WHAT IS EXPECTED >> What do the lines say from the start of the entries through the one containing "The same part"? Repeat them exactly.

MATERIAL FOR THE TASK >>
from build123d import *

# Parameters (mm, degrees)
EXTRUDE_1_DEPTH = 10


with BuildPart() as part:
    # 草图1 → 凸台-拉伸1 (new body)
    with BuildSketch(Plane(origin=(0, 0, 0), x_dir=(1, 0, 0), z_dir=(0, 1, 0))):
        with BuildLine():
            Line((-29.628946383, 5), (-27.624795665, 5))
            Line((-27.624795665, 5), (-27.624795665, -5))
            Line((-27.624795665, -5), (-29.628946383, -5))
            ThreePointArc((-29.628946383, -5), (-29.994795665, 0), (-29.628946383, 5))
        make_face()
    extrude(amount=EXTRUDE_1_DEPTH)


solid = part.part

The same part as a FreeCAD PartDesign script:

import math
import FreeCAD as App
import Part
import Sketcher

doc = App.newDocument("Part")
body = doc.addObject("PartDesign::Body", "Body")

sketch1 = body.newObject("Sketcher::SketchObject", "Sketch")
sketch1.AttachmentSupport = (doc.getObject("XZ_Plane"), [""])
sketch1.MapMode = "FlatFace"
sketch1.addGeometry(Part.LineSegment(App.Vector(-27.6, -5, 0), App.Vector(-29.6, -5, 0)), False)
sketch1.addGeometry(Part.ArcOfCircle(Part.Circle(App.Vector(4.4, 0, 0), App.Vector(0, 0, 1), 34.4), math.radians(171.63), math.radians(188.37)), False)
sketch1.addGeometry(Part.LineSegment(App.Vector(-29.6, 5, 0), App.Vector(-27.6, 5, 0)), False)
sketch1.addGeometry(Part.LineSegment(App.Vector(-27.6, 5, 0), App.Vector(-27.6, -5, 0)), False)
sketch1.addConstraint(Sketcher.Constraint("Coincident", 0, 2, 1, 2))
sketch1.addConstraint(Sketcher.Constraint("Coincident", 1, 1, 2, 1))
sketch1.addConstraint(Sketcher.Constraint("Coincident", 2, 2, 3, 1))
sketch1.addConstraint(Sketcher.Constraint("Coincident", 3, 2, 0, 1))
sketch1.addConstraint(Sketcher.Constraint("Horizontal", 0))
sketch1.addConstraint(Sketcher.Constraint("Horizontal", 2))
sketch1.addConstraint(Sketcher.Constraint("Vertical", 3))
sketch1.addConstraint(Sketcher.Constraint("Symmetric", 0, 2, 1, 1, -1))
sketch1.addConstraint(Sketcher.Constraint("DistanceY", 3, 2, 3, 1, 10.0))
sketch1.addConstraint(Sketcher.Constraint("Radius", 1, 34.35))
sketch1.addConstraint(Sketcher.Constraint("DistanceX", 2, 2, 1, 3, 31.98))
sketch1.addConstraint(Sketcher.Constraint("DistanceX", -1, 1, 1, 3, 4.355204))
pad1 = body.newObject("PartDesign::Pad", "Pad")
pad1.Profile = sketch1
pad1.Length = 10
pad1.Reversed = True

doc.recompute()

SOLUTION TO THIS TASK >>
from build123d import *

# Parameters (mm, degrees)
EXTRUDE_1_DEPTH = 10


with BuildPart() as part:
    # 草图1 → 凸台-拉伸1 (new body)
    with BuildSketch(Plane(origin=(0, 0, 0), x_dir=(1, 0, 0), z_dir=(0, 1, 0))):
        with BuildLine():
            Line((-29.628946383, 5), (-27.624795665, 5))
            Line((-27.624795665, 5), (-27.624795665, -5))
            Line((-27.624795665, -5), (-29.628946383, -5))
            ThreePointArc((-29.628946383, -5), (-29.994795665, 0), (-29.628946383, 5))
        make_face()
    extrude(amount=EXTRUDE_1_DEPTH)


solid = part.part

The same part as a FreeCAD PartDesign script:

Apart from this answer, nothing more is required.